Try it => Copy out exactly the stretch of the listing below that begins at the line containing "v -3.052 -12.045 27.5" and ends at the line containing "v -1.483 15.724 22.5", and copy nothing outside it.

Data to use =>
------------------------------------------------------------
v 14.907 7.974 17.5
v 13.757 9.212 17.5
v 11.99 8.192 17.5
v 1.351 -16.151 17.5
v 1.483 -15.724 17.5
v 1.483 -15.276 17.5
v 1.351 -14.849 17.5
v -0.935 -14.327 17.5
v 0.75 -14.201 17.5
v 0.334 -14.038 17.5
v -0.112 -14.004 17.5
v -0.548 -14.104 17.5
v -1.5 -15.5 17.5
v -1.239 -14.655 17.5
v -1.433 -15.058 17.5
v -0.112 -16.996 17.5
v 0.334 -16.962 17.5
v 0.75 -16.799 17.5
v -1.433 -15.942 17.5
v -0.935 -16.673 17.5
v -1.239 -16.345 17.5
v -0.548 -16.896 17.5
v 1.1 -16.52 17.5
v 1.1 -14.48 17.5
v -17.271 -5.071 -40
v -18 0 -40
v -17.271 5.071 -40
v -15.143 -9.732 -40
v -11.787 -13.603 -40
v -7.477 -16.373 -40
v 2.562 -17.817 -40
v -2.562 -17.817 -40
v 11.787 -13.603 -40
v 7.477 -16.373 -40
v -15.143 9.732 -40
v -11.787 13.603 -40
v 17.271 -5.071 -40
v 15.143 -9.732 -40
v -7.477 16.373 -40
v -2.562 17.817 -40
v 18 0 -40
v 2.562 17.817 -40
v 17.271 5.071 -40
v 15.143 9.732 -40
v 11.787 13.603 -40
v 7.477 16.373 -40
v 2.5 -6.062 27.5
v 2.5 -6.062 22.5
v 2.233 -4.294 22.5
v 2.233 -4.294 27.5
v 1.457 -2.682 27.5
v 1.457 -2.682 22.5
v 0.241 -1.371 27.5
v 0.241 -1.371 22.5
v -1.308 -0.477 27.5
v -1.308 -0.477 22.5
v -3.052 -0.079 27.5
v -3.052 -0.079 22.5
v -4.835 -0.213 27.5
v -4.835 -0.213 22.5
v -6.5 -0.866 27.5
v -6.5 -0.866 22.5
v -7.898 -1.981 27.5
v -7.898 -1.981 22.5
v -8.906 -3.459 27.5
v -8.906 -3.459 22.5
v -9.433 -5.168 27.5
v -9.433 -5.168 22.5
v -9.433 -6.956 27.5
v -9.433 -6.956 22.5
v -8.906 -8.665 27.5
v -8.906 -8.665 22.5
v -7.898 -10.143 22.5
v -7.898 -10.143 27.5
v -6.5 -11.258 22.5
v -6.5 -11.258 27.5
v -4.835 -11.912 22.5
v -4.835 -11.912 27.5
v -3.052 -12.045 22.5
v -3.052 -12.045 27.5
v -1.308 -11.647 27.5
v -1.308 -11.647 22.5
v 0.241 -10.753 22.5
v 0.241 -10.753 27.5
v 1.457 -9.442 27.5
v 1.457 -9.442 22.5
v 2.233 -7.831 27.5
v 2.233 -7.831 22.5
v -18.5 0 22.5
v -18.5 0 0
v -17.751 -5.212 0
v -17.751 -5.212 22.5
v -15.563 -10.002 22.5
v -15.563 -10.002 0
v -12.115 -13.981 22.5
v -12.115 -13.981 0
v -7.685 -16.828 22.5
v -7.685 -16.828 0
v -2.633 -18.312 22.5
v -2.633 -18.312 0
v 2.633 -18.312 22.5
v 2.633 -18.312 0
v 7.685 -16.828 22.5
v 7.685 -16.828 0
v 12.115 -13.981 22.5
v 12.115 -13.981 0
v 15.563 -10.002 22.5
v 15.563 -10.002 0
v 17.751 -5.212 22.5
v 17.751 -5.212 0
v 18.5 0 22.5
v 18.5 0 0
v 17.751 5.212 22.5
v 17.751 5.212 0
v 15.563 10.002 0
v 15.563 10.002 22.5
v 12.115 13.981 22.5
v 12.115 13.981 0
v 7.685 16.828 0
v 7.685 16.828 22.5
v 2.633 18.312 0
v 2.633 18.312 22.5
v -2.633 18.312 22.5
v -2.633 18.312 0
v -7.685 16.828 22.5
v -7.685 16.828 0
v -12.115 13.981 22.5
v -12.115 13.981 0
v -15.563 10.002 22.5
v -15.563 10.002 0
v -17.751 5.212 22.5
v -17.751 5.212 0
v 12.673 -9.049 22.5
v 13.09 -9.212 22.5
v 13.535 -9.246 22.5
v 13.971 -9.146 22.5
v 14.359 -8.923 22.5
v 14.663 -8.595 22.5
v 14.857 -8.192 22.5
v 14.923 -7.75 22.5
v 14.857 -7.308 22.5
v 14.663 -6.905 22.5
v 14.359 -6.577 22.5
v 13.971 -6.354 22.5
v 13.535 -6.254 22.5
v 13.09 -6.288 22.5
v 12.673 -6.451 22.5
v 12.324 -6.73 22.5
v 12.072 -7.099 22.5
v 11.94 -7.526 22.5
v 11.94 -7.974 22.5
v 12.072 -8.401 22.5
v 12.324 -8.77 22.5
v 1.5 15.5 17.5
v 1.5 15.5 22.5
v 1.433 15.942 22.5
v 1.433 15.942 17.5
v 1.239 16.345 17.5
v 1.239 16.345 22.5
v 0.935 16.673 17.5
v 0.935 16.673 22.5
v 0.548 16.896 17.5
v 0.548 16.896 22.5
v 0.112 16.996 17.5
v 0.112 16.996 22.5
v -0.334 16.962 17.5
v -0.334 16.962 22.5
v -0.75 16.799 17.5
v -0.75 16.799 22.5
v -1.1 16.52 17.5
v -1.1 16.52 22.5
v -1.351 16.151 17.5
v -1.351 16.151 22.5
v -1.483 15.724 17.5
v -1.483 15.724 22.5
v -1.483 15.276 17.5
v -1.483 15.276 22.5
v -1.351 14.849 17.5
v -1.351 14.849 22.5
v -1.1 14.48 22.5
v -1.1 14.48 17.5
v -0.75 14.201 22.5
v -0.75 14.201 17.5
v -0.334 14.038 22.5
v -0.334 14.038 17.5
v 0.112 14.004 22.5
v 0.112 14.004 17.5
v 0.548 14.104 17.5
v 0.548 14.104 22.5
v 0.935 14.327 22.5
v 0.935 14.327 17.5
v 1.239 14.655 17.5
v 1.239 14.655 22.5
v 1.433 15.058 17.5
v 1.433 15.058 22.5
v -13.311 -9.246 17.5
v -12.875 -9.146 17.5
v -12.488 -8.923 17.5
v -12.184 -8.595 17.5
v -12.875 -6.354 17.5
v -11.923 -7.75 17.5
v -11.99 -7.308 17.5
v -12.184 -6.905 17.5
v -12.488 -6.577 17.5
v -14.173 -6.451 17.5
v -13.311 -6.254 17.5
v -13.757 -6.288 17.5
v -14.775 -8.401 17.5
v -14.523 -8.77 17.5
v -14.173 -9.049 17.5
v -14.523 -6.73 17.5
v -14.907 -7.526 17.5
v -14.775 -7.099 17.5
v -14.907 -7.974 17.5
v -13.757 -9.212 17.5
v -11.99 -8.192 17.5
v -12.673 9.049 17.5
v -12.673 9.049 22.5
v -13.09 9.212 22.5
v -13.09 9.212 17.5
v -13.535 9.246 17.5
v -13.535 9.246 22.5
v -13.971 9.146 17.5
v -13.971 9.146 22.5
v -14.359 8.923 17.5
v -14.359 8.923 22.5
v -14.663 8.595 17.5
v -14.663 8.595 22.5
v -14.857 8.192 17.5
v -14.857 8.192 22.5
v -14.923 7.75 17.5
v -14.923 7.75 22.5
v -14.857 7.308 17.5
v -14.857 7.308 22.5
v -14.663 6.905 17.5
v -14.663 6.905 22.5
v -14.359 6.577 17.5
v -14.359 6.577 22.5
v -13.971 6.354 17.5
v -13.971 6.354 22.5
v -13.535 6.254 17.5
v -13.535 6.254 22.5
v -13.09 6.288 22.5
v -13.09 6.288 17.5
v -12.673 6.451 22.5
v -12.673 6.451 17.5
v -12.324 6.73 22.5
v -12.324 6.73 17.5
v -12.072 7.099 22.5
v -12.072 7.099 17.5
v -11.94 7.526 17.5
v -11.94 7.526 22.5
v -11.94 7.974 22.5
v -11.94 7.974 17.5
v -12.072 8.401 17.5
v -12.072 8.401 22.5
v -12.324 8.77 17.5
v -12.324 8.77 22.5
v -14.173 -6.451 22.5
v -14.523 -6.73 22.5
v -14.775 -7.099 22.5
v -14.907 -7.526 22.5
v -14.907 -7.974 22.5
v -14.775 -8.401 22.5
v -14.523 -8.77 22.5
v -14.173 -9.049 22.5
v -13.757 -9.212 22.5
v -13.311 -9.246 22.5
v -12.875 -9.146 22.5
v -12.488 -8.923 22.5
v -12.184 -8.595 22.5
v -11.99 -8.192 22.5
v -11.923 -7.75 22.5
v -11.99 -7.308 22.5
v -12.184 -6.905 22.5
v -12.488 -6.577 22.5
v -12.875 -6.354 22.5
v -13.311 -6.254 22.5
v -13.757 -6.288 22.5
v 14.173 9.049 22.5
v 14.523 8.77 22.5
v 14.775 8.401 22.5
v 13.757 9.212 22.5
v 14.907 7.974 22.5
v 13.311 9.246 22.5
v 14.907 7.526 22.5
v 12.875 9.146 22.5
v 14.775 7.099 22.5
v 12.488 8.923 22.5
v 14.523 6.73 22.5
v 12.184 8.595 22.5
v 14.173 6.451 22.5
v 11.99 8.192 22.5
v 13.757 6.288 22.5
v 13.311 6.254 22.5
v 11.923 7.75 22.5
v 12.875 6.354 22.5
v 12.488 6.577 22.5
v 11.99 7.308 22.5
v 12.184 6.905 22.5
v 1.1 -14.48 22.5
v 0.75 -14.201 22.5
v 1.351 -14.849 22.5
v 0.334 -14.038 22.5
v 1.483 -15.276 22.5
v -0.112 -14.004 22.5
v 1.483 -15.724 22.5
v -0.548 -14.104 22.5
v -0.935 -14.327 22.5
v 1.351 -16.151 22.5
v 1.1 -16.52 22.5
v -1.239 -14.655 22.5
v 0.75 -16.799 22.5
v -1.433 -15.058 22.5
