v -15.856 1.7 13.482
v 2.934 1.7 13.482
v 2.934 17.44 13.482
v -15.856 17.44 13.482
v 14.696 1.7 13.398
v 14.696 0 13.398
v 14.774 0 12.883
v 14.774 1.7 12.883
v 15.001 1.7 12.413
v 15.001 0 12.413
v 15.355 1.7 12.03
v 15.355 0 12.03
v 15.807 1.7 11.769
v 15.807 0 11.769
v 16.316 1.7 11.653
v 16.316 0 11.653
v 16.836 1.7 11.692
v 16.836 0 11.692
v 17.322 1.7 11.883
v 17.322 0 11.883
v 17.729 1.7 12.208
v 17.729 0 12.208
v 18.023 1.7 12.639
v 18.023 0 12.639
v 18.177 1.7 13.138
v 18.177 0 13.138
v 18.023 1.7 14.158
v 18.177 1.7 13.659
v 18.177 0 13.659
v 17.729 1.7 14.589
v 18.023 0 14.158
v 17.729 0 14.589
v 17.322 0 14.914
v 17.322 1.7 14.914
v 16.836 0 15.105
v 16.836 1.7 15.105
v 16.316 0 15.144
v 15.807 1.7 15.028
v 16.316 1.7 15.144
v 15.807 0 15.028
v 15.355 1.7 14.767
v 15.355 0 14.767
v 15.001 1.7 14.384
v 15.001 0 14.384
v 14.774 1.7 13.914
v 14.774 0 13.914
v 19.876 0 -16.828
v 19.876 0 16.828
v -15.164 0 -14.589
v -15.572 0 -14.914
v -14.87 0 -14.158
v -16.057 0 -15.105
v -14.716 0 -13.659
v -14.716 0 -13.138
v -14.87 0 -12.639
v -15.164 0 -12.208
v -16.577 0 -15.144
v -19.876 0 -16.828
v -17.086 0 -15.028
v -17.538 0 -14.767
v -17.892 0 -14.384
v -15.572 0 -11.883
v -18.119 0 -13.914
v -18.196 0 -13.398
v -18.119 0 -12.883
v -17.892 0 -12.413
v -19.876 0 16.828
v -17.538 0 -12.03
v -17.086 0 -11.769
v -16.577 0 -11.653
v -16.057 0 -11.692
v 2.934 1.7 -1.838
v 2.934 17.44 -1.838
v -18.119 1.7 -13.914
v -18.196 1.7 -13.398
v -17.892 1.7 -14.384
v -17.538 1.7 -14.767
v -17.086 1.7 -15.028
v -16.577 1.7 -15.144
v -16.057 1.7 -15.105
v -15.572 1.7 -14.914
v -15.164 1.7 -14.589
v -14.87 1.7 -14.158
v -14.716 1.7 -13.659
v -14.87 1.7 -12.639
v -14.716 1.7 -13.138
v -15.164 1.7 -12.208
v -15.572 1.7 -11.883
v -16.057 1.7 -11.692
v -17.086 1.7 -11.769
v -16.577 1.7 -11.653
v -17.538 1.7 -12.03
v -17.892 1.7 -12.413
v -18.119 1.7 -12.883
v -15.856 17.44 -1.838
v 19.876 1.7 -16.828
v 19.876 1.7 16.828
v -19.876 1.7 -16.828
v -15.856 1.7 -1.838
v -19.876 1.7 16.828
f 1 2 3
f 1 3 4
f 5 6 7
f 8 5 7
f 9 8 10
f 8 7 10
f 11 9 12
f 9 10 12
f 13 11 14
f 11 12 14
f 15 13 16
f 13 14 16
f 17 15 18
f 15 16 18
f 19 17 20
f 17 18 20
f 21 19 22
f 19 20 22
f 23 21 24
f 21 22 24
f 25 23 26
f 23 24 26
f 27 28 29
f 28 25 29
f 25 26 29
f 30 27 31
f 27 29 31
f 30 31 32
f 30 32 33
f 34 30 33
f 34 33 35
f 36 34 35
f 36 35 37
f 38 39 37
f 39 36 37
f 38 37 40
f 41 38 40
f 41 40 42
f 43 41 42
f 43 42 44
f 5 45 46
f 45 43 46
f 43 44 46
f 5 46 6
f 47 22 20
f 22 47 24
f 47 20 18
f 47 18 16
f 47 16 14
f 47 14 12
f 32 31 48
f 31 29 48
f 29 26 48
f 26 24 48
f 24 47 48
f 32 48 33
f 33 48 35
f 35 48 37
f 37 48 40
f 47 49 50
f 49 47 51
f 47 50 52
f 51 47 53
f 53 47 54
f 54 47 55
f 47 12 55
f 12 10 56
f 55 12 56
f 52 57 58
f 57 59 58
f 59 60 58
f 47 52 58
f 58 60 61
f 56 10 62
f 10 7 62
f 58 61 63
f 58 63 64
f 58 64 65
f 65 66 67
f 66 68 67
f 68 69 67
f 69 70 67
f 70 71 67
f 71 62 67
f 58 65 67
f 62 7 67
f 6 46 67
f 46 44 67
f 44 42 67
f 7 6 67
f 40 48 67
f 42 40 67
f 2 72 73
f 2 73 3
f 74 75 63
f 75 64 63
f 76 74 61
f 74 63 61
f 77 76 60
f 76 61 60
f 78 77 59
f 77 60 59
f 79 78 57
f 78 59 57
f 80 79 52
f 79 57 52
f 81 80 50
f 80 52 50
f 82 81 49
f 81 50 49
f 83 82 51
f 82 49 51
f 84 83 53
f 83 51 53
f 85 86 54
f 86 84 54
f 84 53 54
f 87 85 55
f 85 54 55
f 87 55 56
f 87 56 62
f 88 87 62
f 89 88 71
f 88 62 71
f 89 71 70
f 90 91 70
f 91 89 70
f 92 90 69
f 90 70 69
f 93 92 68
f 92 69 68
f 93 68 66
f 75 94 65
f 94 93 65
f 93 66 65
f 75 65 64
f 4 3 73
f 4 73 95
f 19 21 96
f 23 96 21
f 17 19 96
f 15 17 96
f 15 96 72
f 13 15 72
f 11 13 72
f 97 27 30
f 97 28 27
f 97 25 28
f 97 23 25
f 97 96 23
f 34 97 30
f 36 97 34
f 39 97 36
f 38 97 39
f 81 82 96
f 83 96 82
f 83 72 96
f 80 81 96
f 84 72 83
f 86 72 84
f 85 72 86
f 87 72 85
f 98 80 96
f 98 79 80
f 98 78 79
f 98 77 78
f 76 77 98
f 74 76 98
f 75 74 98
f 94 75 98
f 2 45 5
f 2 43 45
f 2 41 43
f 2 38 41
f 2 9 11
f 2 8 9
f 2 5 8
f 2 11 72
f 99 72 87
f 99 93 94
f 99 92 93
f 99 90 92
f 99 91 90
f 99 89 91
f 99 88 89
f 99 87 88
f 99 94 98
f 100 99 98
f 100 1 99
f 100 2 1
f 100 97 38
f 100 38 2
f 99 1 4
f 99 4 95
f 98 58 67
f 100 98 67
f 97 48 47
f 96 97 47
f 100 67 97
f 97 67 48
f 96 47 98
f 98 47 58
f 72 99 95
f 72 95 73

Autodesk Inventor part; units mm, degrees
ref_plane "YZ Plane" through (0, 0, 0) normal (1, 0, 0) x (0, 1, 0)
ref_plane "XZ Plane" through (0, 0, 0) normal (0, 1, 0) x (-1, 0, 0)
ref_plane "XY Plane" through (0, 0, 0) normal (0, 0, 1) x (1, 0, 0)
sketch "Sketch1" plane through (0, 0, 0) normal (0, 1, 0) x (-1, 0, 0)
  line L0 (19.8755, 16.8275) -> (-19.8755, 16.8275)
  line L1 (-19.8755, 16.8275) -> (-19.8755, -16.8275)
  line L2 (-19.8755, -16.8275) -> (19.8755, -16.8275)
  line L3 (19.8755, -16.8275) -> (19.8755, 16.8275)
  line L4 (19.8755, 16.8275) -> (-19.8755, -16.8275) construction
  line L5 (-19.8755, 16.8275) -> (19.8755, -16.8275) construction
  circle A0 centre (16.4465, -13.3985) radius 1.75
  circle A1 centre (-16.4465, 13.3985) radius 1.75
  line L6 (15.8555, -1.8383) -> (-2.9345, -1.8383)
  line L7 (-2.9345, -1.8383) -> (-2.9345, 13.4817)
  line L8 (-2.9345, 13.4817) -> (15.8555, 13.4817)
  line L9 (15.8555, 13.4817) -> (15.8555, -1.8383)
  point P0 (0, 0)
  dimension "d0" = 39.751
  dimension "d1" = 33.655
  dimension "d2" = 3.5
  dimension "d3" = 3.5
  dimension "d4" = 3.429
  dimension "d5" = 3.429
  dimension "d6" = 3.429
  dimension "d7" = 3.429
  dimension "d8" = 18.79
  dimension "d9" = 15.32
  dimension "d10" = 24.2439
  dimension "d11" = 24.2439
extrude "Extrusion1" add sketch "Sketch1" along normal blind 1.7
extrude "Extrusion2" add sketch "Sketch1" along normal blind 17.44 contours L6 L7 L8 L9
sketch "Sketch2" plane through (0, 1.7, 0) normal (0, 1, 0) x (1, 0, 0)
  line L0 (-18.4674, 8.6665) -> (19.4938, 8.6665) construction
  line L1 (19.4938, 8.6665) -> (19.4938, 5.0304) construction
  line L2 (19.4938, 5.0304) -> (-18.4674, 5.0304) construction
  line L3 (-18.4674, 5.0304) -> (-18.4674, 8.6665) construction
  point P0 (0, 0)
properties part number "Driver Kipas v2"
------------------------------------------------------------
The answer =>
v -3.052 -12.045 27.5
v -1.308 -11.647 27.5
v -1.308 -11.647 22.5
v 0.241 -10.753 22.5
v 0.241 -10.753 27.5
v 1.457 -9.442 27.5
v 1.457 -9.442 22.5
v 2.233 -7.831 27.5
v 2.233 -7.831 22.5
v -18.5 0 22.5
v -18.5 0 0
v -17.751 -5.212 0
v -17.751 -5.212 22.5
v -15.563 -10.002 22.5
v -15.563 -10.002 0
v -12.115 -13.981 22.5
v -12.115 -13.981 0
v -7.685 -16.828 22.5
v -7.685 -16.828 0
v -2.633 -18.312 22.5
v -2.633 -18.312 0
v 2.633 -18.312 22.5
v 2.633 -18.312 0
v 7.685 -16.828 22.5
v 7.685 -16.828 0
v 12.115 -13.981 22.5
v 12.115 -13.981 0
v 15.563 -10.002 22.5
v 15.563 -10.002 0
v 17.751 -5.212 22.5
v 17.751 -5.212 0
v 18.5 0 22.5
v 18.5 0 0
v 17.751 5.212 22.5
v 17.751 5.212 0
v 15.563 10.002 0
v 15.563 10.002 22.5
v 12.115 13.981 22.5
v 12.115 13.981 0
v 7.685 16.828 0
v 7.685 16.828 22.5
v 2.633 18.312 0
v 2.633 18.312 22.5
v -2.633 18.312 22.5
v -2.633 18.312 0
v -7.685 16.828 22.5
v -7.685 16.828 0
v -12.115 13.981 22.5
v -12.115 13.981 0
v -15.563 10.002 22.5
v -15.563 10.002 0
v -17.751 5.212 22.5
v -17.751 5.212 0
v 12.673 -9.049 22.5
v 13.09 -9.212 22.5
v 13.535 -9.246 22.5
v 13.971 -9.146 22.5
v 14.359 -8.923 22.5
v 14.663 -8.595 22.5
v 14.857 -8.192 22.5
v 14.923 -7.75 22.5
v 14.857 -7.308 22.5
v 14.663 -6.905 22.5
v 14.359 -6.577 22.5
v 13.971 -6.354 22.5
v 13.535 -6.254 22.5
v 13.09 -6.288 22.5
v 12.673 -6.451 22.5
v 12.324 -6.73 22.5
v 12.072 -7.099 22.5
v 11.94 -7.526 22.5
v 11.94 -7.974 22.5
v 12.072 -8.401 22.5
v 12.324 -8.77 22.5
v 1.5 15.5 17.5
v 1.5 15.5 22.5
v 1.433 15.942 22.5
v 1.433 15.942 17.5
v 1.239 16.345 17.5
v 1.239 16.345 22.5
v 0.935 16.673 17.5
v 0.935 16.673 22.5
v 0.548 16.896 17.5
v 0.548 16.896 22.5
v 0.112 16.996 17.5
v 0.112 16.996 22.5
v -0.334 16.962 17.5
v -0.334 16.962 22.5
v -0.75 16.799 17.5
v -0.75 16.799 22.5
v -1.1 16.52 17.5
v -1.1 16.52 22.5
v -1.351 16.151 17.5
v -1.351 16.151 22.5
v -1.483 15.724 17.5
v -1.483 15.724 22.5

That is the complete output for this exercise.